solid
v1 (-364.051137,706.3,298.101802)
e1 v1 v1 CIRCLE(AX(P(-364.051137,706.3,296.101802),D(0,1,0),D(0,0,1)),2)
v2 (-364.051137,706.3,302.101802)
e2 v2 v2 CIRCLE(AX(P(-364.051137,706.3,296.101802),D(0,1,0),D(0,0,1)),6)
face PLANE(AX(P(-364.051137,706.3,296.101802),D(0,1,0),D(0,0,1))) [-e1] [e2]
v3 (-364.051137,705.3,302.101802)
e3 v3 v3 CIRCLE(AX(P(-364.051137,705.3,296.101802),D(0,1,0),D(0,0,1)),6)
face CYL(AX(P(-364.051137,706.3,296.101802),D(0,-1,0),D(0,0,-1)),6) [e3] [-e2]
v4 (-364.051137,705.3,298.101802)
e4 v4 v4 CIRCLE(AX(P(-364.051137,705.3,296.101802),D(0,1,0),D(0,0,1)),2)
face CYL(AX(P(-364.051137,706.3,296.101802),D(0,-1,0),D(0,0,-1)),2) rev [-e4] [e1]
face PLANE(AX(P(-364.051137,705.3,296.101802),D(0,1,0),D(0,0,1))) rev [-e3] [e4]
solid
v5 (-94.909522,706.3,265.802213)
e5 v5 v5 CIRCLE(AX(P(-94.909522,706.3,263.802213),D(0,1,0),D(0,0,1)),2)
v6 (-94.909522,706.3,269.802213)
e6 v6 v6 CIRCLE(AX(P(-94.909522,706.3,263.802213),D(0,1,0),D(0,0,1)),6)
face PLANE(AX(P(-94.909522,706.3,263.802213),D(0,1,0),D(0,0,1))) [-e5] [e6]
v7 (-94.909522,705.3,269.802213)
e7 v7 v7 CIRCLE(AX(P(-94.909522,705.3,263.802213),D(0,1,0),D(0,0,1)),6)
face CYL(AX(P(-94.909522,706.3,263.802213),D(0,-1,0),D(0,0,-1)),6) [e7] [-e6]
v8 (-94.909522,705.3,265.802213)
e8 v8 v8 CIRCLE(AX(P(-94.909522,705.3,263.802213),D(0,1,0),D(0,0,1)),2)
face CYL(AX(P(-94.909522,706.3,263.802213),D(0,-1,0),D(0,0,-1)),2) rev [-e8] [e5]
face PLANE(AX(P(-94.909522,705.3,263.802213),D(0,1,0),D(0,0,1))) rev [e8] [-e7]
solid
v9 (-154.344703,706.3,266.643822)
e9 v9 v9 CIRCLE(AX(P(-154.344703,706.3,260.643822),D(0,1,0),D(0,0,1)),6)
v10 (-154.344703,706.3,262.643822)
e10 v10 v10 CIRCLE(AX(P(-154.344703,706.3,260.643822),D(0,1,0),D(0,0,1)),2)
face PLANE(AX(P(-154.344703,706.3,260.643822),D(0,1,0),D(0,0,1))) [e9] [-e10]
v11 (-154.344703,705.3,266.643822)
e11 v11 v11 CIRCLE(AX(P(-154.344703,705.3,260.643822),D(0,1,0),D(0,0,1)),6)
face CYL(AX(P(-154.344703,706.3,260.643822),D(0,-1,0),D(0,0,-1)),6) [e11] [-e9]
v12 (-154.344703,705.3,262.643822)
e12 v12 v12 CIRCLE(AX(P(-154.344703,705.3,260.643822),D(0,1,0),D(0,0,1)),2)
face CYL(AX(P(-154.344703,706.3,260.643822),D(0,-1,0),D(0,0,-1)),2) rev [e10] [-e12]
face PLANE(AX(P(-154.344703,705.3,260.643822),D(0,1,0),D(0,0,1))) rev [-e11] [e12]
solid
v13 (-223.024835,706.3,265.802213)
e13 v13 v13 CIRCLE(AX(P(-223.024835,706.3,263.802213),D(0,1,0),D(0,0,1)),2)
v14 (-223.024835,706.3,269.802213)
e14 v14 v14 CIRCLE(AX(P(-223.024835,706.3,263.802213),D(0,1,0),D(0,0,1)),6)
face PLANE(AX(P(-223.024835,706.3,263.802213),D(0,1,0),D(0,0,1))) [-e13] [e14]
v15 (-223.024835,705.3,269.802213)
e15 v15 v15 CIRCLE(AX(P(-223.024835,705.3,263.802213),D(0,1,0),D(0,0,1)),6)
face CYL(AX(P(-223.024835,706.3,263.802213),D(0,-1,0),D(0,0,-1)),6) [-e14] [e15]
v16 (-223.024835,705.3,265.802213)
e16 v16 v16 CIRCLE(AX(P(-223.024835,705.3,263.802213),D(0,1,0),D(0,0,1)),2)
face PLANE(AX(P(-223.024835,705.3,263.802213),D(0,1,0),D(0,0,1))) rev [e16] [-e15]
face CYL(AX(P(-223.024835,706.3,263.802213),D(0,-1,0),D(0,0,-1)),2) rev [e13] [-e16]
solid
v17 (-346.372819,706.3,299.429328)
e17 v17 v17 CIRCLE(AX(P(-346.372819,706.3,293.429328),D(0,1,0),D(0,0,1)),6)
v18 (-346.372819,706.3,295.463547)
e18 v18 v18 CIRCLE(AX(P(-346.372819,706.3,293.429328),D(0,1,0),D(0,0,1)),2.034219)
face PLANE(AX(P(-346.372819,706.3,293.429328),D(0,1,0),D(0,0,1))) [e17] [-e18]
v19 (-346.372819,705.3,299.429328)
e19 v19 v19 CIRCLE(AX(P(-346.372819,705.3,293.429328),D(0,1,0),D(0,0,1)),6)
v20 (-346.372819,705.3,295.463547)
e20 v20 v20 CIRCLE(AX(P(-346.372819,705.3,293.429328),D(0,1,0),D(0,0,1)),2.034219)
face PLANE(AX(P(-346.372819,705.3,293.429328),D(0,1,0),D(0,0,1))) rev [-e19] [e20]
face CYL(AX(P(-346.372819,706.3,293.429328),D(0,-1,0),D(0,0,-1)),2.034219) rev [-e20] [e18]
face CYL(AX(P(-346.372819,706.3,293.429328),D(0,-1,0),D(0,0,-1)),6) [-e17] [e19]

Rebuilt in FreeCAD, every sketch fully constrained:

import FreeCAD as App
import Part
import Sketcher

V = App.Vector
Q = App.Units.Quantity

doc = App.newDocument("Part")
params = doc.addObject("Spreadsheet::Sheet", "Params")
for row, (alias, value) in enumerate([
    ("sketch1_diameter", "12 mm"),
    ("sketch1_diameter2", "4 mm"),
    ("pad1_length", "1 mm"),
    ("sketch2_diameter", "12 mm"),
    ("sketch2_diameter2", "4 mm"),
    ("pad2_length", "1 mm"),
    ("sketch3_diameter", "12 mm"),
    ("sketch3_diameter2", "4 mm"),
    ("pad3_length", "1 mm"),
    ("sketch4_diameter", "12 mm"),
    ("pad4_length", "1 mm"),
    ("sketch5_diameter", "12 mm"),
    ("sketch5_diameter2", "4 mm"),
    ("pad5_length", "1 mm"),
], start=1):
    params.set(f"A{row}", alias)
    params.set(f"B{row}", "=" + value)
    params.setAlias(f"B{row}", alias)

body = doc.addObject("PartDesign::Body", "Body")

sketch1 = body.newObject("Sketcher::SketchObject", "Sketch")
sketch1.AttachmentSupport = (doc.getObject("XZ_Plane"), [""])
sketch1.MapMode = "FlatFace"
sketch1.AttachmentOffset = App.Placement(V(0, 0, -705.3), App.Rotation())
sketch1.addGeometry([
    Part.Circle(V(-94.9, 263.8, 0), V(0, 0, 1), 6),
    Part.Circle(V(-94.9, 263.8, 0), V(0, 0, 1), 2),
], False)
sketch1.addConstraint([
    Sketcher.Constraint("Coincident", 1, 3, 0, 3),
    Sketcher.Constraint("Diameter", 0, Q("12 mm")),
    Sketcher.Constraint("Diameter", 1, Q("4 mm")),
    Sketcher.Constraint("DistanceX", 0, 3, -1, 1, Q("94.909522 mm")),
    Sketcher.Constraint("DistanceY", -1, 1, 0, 3, Q("263.802213 mm")),
])
sketch1.setExpression("Constraints[1]", "Params.sketch1_diameter")
sketch1.setExpression("Constraints[2]", "Params.sketch1_diameter2")
pad1 = body.newObject("PartDesign::Pad", "Pad")
pad1.Profile = sketch1
pad1.setExpression("Length", "Params.pad1_length")
pad1.Reversed = True
body2 = doc.addObject("PartDesign::Body", "Body001")

sketch2 = body2.newObject("Sketcher::SketchObject", "Sketch001")
sketch2.AttachmentSupport = (doc.getObject("XZ_Plane001"), [""])
sketch2.MapMode = "FlatFace"
sketch2.AttachmentOffset = App.Placement(V(0, 0, -705.3), App.Rotation())
sketch2.addGeometry([
    Part.Circle(V(-154.3, 260.6, 0), V(0, 0, 1), 6),
    Part.Circle(V(-154.3, 260.6, 0), V(0, 0, 1), 2),
], False)
sketch2.addConstraint([
    Sketcher.Constraint("Coincident", 1, 3, 0, 3),
    Sketcher.Constraint("Diameter", 0, Q("12 mm")),
    Sketcher.Constraint("Diameter", 1, Q("4 mm")),
    Sketcher.Constraint("DistanceY", -1, 1, 0, 3, Q("260.643822 mm")),
    Sketcher.Constraint("DistanceX", 0, 3, -1, 1, Q("154.344703 mm")),
])
sketch2.setExpression("Constraints[1]", "Params.sketch2_diameter")
sketch2.setExpression("Constraints[2]", "Params.sketch2_diameter2")
pad2 = body2.newObject("PartDesign::Pad", "Pad001")
pad2.Profile = sketch2
pad2.setExpression("Length", "Params.pad2_length")
pad2.Reversed = True
body3 = doc.addObject("PartDesign::Body", "Body002")

sketch3 = body3.newObject("Sketcher::SketchObject", "Sketch002")
sketch3.AttachmentSupport = (doc.getObject("XZ_Plane002"), [""])
sketch3.MapMode = "FlatFace"
sketch3.AttachmentOffset = App.Placement(V(0, 0, -705.3), App.Rotation())
sketch3.addGeometry([
    Part.Circle(V(-223, 263.8, 0), V(0, 0, 1), 6),
    Part.Circle(V(-223, 263.8, 0), V(0, 0, 1), 2),
], False)
sketch3.addConstraint([
    Sketcher.Constraint("Coincident", 1, 3, 0, 3),
    Sketcher.Constraint("Diameter", 0, Q("12 mm")),
    Sketcher.Constraint("Diameter", 1, Q("4 mm")),
    Sketcher.Constraint("DistanceX", 0, 3, -1, 1, Q("223.024835 mm")),
    Sketcher.Constraint("DistanceY", -1, 1, 0, 3, Q("263.802213 mm")),
])
sketch3.setExpression("Constraints[1]", "Params.sketch3_diameter")
sketch3.setExpression("Constraints[2]", "Params.sketch3_diameter2")
pad3 = body3.newObject("PartDesign::Pad", "Pad002")
pad3.Profile = sketch3
pad3.setExpression("Length", "Params.pad3_length")
pad3.Reversed = True
body4 = doc.addObject("PartDesign::Body", "Body003")

sketch4 = body4.newObject("Sketcher::SketchObject", "Sketch003")
sketch4.AttachmentSupport = (doc.getObject("XZ_Plane003"), [""])
sketch4.MapMode = "FlatFace"
sketch4.AttachmentOffset = App.Placement(V(0, 0, -705.3), App.Rotation())
sketch4.addGeometry([
    Part.Circle(V(-346.4, 293.4, 0), V(0, 0, 1), 6),
    Part.Circle(V(-346.4, 293.4, 0), V(0, 0, 1), 2),
], False)
sketch4.addConstraint([
    Sketcher.Constraint("Coincident", 1, 3, 0, 3),
    Sketcher.Constraint("Diameter", 0, Q("12 mm")),
    Sketcher.Constraint("Diameter", 1, Q("4.068439 mm")),
    Sketcher.Constraint("DistanceX", 0, 3, -1, 1, Q("346.372819 mm")),
    Sketcher.Constraint("DistanceY", -1, 1, 0, 3, Q("293.429328 mm")),
])
sketch4.setExpression("Constraints[1]", "Params.sketch4_diameter")
pad4 = body4.newObject("PartDesign::Pad", "Pad003")
pad4.Profile = sketch4
pad4.setExpression("Length", "Params.pad4_length")
pad4.Reversed = True
body5 = doc.addObject("PartDesign::Body", "Body004")

sketch5 = body5.newObject("Sketcher::SketchObject", "Sketch004")
sketch5.AttachmentSupport = (doc.getObject("XZ_Plane004"), [""])
sketch5.MapMode = "FlatFace"
sketch5.AttachmentOffset = App.Placement(V(0, 0, -705.3), App.Rotation())
sketch5.addGeometry([
    Part.Circle(V(-364.1, 296.1, 0), V(0, 0, 1), 6),
    Part.Circle(V(-364.1, 296.1, 0), V(0, 0, 1), 2),
], False)
sketch5.addConstraint([
    Sketcher.Constraint("Coincident", 1, 3, 0, 3),
    Sketcher.Constraint("Diameter", 0, Q("12 mm")),
    Sketcher.Constraint("Diameter", 1, Q("4 mm")),
    Sketcher.Constraint("DistanceY", -1, 1, 0, 3, Q("296.101802 mm")),
    Sketcher.Constraint("DistanceX", 0, 3, -1, 1, Q("364.051137 mm")),
])
sketch5.setExpression("Constraints[1]", "Params.sketch5_diameter")
sketch5.setExpression("Constraints[2]", "Params.sketch5_diameter2")
pad5 = body5.newObject("PartDesign::Pad", "Pad004")
pad5.Profile = sketch5
pad5.setExpression("Length", "Params.pad5_length")
pad5.Reversed = True

doc.recompute()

Task to carry out:
Reproducing the whole listing above is not the task. Copy exactly only the lines from the one with "e19 v19 v19" to the one with "Rebuilt in FreeCAD, every", both kept.

Task answer:
e19 v19 v19 CIRCLE(AX(P(-346.372819,705.3,293.429328),D(0,1,0),D(0,0,1)),6)
v20 (-346.372819,705.3,295.463547)
e20 v20 v20 CIRCLE(AX(P(-346.372819,705.3,293.429328),D(0,1,0),D(0,0,1)),2.034219)
face PLANE(AX(P(-346.372819,705.3,293.429328),D(0,1,0),D(0,0,1))) rev [-e19] [e20]
face CYL(AX(P(-346.372819,706.3,293.429328),D(0,-1,0),D(0,0,-1)),2.034219) rev [-e20] [e18]
face CYL(AX(P(-346.372819,706.3,293.429328),D(0,-1,0),D(0,0,-1)),6) [-e17] [e19]

Rebuilt in FreeCAD, every sketch fully constrained:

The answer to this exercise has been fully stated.